ROC curves for VCAC (visual coronary artery calcification) score to predict at least one culprit coronary artery stenosis (panel A), at least one significant coronary artery stenosis (panel B), an ad hoc PCI (panel C) and an ad hoc or delayed PCI (panel D)
Table 4.
Threshold of VCAC score to exclude coronary artery disease or percutaneous coronary intervention in the total population (N = 113)
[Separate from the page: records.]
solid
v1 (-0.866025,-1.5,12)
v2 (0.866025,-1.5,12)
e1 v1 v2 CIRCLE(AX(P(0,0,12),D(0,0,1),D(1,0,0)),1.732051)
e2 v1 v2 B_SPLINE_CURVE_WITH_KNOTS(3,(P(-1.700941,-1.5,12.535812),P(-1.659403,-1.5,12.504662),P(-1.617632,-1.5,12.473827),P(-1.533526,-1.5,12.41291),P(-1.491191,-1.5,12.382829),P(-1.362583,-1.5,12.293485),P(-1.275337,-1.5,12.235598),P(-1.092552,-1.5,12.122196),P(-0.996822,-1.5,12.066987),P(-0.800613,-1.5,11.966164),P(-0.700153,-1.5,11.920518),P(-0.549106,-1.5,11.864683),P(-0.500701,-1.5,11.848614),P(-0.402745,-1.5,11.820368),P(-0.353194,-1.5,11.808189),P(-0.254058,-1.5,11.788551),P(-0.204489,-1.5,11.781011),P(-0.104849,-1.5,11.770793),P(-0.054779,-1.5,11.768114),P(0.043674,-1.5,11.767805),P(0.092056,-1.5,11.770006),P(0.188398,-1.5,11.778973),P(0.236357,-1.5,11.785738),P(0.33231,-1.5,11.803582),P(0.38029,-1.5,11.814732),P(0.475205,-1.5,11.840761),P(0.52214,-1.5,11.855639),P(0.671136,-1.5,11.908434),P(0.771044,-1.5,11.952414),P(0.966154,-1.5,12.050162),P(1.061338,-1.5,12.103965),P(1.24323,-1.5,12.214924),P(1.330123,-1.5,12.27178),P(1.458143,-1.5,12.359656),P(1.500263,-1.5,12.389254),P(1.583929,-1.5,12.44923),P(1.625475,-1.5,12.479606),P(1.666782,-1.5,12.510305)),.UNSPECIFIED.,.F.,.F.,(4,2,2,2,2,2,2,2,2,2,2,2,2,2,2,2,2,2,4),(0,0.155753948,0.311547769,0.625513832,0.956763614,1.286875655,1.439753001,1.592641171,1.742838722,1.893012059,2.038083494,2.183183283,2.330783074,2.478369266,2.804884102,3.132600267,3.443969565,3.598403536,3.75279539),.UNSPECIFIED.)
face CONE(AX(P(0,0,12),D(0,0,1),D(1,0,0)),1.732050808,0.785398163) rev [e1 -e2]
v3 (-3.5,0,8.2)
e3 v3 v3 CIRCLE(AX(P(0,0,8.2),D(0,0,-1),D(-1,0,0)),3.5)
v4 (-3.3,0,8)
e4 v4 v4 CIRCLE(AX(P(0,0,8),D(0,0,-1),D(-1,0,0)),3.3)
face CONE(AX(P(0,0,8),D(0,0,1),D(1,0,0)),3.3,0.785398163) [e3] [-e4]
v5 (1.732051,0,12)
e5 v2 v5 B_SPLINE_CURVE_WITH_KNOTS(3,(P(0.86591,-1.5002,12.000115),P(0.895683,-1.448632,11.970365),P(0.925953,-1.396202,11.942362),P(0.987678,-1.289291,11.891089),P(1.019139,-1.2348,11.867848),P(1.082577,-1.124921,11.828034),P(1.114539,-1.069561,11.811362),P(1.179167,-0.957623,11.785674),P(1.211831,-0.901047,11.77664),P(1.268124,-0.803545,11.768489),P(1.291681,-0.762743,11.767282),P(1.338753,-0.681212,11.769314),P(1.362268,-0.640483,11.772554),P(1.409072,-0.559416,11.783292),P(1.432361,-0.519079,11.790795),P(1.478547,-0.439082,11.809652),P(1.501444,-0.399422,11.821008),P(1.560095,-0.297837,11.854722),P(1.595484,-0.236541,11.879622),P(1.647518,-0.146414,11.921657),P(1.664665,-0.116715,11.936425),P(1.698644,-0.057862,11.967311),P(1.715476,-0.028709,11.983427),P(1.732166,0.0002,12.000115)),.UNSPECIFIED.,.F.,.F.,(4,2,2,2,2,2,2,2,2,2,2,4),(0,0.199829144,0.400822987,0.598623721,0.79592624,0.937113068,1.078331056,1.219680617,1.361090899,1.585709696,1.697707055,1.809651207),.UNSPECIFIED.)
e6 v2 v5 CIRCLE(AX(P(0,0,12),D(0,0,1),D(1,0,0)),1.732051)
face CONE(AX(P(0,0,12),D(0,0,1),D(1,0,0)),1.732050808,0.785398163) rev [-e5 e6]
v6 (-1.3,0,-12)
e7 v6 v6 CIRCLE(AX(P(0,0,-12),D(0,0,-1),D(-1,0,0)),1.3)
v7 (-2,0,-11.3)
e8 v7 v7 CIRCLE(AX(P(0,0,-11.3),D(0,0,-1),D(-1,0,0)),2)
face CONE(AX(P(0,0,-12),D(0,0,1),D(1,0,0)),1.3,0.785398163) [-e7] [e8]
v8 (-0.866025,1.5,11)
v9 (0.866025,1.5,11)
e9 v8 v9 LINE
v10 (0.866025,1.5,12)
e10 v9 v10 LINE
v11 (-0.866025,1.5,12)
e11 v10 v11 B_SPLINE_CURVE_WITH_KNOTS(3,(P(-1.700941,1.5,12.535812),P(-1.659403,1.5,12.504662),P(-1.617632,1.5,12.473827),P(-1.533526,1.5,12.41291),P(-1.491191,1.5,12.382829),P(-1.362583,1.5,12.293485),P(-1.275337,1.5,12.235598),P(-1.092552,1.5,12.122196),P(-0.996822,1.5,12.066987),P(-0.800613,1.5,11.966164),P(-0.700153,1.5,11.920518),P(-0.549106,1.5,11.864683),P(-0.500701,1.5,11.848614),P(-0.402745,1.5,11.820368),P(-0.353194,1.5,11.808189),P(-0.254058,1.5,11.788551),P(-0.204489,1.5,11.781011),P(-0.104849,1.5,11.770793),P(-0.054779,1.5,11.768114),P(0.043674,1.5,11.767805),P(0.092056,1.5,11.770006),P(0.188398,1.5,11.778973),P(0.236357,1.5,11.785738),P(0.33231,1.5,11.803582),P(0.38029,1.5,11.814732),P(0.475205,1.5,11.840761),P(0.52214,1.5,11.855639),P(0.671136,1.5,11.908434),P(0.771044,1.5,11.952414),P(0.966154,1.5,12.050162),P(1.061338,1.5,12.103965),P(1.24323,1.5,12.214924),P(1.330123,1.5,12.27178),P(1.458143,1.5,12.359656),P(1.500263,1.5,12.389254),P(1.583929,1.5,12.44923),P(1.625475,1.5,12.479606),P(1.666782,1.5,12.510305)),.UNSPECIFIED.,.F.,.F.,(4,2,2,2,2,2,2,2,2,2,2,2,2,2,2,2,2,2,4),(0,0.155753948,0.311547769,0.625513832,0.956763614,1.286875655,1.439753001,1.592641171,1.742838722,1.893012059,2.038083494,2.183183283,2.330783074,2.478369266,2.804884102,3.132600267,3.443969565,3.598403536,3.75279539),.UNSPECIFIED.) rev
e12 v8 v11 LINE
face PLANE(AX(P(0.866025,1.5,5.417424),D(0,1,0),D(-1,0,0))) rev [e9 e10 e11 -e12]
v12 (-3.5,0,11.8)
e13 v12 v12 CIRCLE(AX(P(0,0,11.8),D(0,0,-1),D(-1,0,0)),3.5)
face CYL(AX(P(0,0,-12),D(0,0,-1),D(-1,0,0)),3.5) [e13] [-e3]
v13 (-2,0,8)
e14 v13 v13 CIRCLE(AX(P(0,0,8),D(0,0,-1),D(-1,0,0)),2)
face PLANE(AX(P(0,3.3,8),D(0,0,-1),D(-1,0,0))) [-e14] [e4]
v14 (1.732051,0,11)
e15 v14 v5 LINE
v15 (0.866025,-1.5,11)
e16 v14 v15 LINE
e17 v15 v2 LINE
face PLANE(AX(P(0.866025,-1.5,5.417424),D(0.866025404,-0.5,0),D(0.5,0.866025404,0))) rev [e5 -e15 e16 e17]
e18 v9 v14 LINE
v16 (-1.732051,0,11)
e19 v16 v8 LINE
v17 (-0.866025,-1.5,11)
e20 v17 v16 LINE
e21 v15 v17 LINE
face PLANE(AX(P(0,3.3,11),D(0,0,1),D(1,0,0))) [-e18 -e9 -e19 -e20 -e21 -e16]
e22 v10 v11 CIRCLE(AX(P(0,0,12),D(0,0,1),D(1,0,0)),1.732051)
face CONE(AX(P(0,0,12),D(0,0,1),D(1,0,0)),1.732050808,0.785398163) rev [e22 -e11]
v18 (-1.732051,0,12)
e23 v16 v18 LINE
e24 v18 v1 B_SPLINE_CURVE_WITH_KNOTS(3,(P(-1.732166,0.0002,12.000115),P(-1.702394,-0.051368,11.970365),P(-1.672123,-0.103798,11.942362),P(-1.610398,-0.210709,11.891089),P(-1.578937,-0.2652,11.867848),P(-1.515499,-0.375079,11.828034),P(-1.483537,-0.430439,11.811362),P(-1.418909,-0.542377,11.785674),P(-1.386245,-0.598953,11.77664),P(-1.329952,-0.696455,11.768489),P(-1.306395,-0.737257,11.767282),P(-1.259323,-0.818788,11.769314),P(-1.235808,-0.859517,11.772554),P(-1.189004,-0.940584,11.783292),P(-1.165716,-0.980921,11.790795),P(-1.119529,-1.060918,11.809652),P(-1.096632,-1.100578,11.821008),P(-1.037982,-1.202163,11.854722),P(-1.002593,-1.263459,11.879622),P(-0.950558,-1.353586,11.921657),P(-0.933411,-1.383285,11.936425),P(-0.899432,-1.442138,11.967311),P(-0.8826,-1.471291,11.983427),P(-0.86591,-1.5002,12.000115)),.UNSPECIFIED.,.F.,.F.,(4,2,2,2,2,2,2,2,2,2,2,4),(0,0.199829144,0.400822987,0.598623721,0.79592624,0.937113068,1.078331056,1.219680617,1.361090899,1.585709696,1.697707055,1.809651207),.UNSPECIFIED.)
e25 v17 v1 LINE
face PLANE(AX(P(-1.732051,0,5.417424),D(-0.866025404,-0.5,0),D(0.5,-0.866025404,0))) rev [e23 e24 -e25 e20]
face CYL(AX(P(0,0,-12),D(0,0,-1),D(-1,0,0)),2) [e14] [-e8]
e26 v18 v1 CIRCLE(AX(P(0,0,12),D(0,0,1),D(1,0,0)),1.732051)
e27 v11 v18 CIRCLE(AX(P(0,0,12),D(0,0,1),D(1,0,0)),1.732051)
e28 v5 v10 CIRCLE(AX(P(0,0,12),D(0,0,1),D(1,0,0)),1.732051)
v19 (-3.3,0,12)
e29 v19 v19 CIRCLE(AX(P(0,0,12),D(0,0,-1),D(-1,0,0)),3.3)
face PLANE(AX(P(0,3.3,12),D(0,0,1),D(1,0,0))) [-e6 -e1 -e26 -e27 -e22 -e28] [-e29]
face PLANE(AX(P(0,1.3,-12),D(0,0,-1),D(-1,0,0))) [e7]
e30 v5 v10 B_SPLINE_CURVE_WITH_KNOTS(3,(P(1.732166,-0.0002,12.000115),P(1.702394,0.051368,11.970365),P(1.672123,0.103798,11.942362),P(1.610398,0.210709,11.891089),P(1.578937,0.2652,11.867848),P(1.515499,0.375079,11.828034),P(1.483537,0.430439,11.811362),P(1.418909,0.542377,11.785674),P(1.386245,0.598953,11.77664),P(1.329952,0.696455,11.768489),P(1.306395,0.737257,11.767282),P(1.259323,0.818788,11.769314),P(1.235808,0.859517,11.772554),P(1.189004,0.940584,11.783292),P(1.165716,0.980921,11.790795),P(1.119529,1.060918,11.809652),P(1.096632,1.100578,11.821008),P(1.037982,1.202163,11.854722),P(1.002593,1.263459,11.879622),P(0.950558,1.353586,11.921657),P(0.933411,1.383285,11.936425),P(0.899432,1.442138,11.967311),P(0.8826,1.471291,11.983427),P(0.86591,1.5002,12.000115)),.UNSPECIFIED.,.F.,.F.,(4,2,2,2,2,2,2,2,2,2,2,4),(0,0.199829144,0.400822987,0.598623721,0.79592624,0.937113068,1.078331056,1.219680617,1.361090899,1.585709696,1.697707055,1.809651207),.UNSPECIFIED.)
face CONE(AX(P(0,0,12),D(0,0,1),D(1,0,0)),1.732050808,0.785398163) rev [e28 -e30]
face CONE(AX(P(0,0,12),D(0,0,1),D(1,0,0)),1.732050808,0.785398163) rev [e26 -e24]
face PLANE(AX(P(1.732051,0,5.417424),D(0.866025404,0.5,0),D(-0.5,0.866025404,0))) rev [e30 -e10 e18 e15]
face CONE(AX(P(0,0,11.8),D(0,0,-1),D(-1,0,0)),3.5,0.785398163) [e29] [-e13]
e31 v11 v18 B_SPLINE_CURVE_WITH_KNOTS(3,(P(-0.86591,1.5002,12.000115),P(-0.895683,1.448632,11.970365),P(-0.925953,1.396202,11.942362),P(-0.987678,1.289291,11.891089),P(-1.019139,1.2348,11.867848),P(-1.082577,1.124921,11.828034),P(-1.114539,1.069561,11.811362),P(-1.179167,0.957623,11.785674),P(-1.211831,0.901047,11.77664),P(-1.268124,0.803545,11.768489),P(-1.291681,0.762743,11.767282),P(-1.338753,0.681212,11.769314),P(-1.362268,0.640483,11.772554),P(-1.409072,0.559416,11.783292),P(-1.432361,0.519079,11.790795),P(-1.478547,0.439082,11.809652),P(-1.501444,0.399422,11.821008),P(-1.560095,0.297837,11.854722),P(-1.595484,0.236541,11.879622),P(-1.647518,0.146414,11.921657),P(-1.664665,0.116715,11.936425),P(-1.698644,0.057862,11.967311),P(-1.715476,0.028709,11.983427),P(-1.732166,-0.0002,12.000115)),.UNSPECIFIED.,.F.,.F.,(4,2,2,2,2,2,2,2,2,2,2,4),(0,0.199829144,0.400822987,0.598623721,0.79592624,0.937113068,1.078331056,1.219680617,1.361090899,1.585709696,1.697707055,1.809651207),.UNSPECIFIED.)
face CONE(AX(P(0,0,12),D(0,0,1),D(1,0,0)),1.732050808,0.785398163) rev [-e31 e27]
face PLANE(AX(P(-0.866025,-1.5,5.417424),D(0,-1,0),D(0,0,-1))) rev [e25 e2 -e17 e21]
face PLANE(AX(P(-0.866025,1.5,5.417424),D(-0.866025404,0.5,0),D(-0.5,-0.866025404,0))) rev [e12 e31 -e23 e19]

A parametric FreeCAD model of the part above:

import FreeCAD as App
import Part
import Sketcher
from FreeCAD import Vector
Q = App.Units.Quantity


def faces_at(feature, points):
    """Names of the faces that lie closest to the given points."""
    faces = feature.Shape.Faces
    near = lambda p: min(range(len(faces)), key=lambda i: faces[i].distToShape(Part.Vertex(*p))[0])
    return sorted({f"Face{near(p) + 1}" for p in points})

doc = App.newDocument("Part")
params = doc.addObject("Spreadsheet::Sheet", "Params")
for row, (alias, value) in enumerate([
    ("sketch1_height", "24 mm"),
    ("sketch1_width", "3.3 mm"),
    ("sketch1_width2", "1.3 mm"),
    ("sketch1_height2", "3.6 mm"),
    ("sketch1_height3", "19.3 mm"),
    ("revolution_angle", "360 deg"),
    ("pocket1_length", "1 mm"),
    ("pad1_length", "0.5 mm"),
    ("draft_angle", "45 deg"),
], start=1):
    params.set(f"A{row}", alias)
    params.set(f"B{row}", "=" + value)
    params.setAlias(f"B{row}", alias)

body = doc.addObject("PartDesign::Body", "Body")

# Sketch on YZ plane
sketch1 = body.newObject("Sketcher::SketchObject", "Sketch")
sketch1.AttachmentSupport = (doc.getObject("YZ_Plane"), [""])
sketch1.MapMode = "FlatFace"
sketch1.addGeometry([
    Part.LineSegment(Vector(3.5, 8.2, 0), Vector(3.5, 11.8, 0)),  # 0
    Part.LineSegment(Vector(3.5, 11.8, 0), Vector(3.3, 12, 0)),  # 1
    Part.LineSegment(Vector(3.3, 12, 0), Vector(0, 12, 0)),  # 2
    Part.LineSegment(Vector(0, 12, 0), Vector(0, -12, 0)),  # 3
    Part.LineSegment(Vector(0, -12, 0), Vector(1.3, -12, 0)),  # 4
    Part.LineSegment(Vector(1.3, -12, 0), Vector(2, -11.3, 0)),  # 5
    Part.LineSegment(Vector(2, -11.3, 0), Vector(2, 8, 0)),  # 6
    Part.LineSegment(Vector(2, 8, 0), Vector(3.3, 8, 0)),  # 7
    Part.LineSegment(Vector(3.3, 8, 0), Vector(3.5, 8.2, 0)),  # 8
], False)
sketch1.addConstraint([
    Sketcher.Constraint("Coincident", 0, 2, 1, 1),
    Sketcher.Constraint("Coincident", 1, 2, 2, 1),
    Sketcher.Constraint("Coincident", 2, 2, 3, 1),
    Sketcher.Constraint("Coincident", 3, 2, 4, 1),
    Sketcher.Constraint("Coincident", 4, 2, 5, 1),
    Sketcher.Constraint("Coincident", 5, 2, 6, 1),
    Sketcher.Constraint("Coincident", 6, 2, 7, 1),
    Sketcher.Constraint("Coincident", 7, 2, 8, 1),
    Sketcher.Constraint("Coincident", 8, 2, 0, 1),
    Sketcher.Constraint("Vertical", 0),
    Sketcher.Constraint("Horizontal", 2),
    Sketcher.Constraint("Vertical", 3),
    Sketcher.Constraint("Horizontal", 4),
    Sketcher.Constraint("Vertical", 6),
    Sketcher.Constraint("Horizontal", 7),
    Sketcher.Constraint("Symmetric", 2, 2, 3, 2, -1, 1),
    Sketcher.Constraint("Perpendicular", 1, 5),
    Sketcher.Constraint("Parallel", 5, 8),
    Sketcher.Constraint("Vertical", 1, 2, 7, 2),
| Objectives | Threshold of VCAC score | Specificity (%) | Sensitivity (%) | Negative predictive value (%) | Positive predictive value (%) |
|---|---|---|---|---|---|
| Culprit coronary artery stenosis | < 4 | 77.3 | 100 | 100 | 33.6 |
| Significant coronary artery stenosis | < 3 | 80.9 | 100 | 100 | 86.8 |
| Ad hoc PCI | < 4 | 75.8 | 100 | 100 | 36.8 |
| Ad hoc or delayed PCI | < 4 | 78.9 | 100 | 100 | 47.4 |
VCAC, visual coronary artery calcification; PCI, percutaneous coronary intervention
Discussion
The results of this retrospective cohort indicate that VCAC score measured in a routine chest CT is a strong predictor of culprit or significant coronary artery stenosis and PCI in patients resuscitated from cardiac arrest without STEMI and without history of CAD. Whole body CT scans are widely performed at initial management of patients presenting with cardiac arrest without STEMI to diagnose the possible causes of the cardiac arrest (dissecting aortic aneurysm, cardiac tamponade, intracranial haemorrhage, pulmonary embolism, pleural effusion, pneumothorax) and also its consequences (hypoxic brain injury) [12]. As demonstrated in the present study, VCAC may be retrospectively performed by physicians without dedicated software and better select patients who may benefit from coronary angiogram and PCI if appropriate than in current practice. We propose a practical algorithm in Fig. 5 with a threshold of VCAC at 4 to optimise sensitivity to detect culprit coronary artery lesion that may benefit from PCI (negative predictive value 100%).
Fig. 5.
Practical algorithm
A threshold of VCAC at 4 was the optimal value observed to predict a culprit or significant coronary artery stenosis or PCI. This cut-off indicated the presence of diffuse VCAC at least in 2 major coronary arteries among left main, left anterior descending, circumflex and right coronary artery. We decided to retain in the analysis all patients having a CT scan one year before or after coronary angiogram because CAC score varies only marginally during this period. For instance, MESA reported results of CAC progression in 5756 participants with a mean of 2.4 years between 2 CT scans. CAC scores increased by about 20–25% per year, and about 20% of subjects with CAC = 0 progressed to CAC > 0 within 4 to 5 years [13]. Nevertheless, we performed a sensitivity analysis that included only patients having their thorax CT scan during the hospital stay and found similar results. We also tested other variables to predict coronary artery stenosis or PCI including traditional cardiovascular risk factors, shockable arrest rhythms, abnormal ECG after resuscitation, left ventricular systolic function at admission, haemodynamic status, troponin peak etc. In addition to VCAC score, the independent predictors were only hypertension and ventricular fibrillation at first medical contact. Previous studies have also explored these predictors and found that ventricular fibrillation, troponin, ECG criteria or combination with echocardiographic may be helpful to select patients for immediate coronary angiography [14–19]. However, sensitivity and specificity of these variables were lower than VCAC in our study (one or both criteria < 70% vs. >85%).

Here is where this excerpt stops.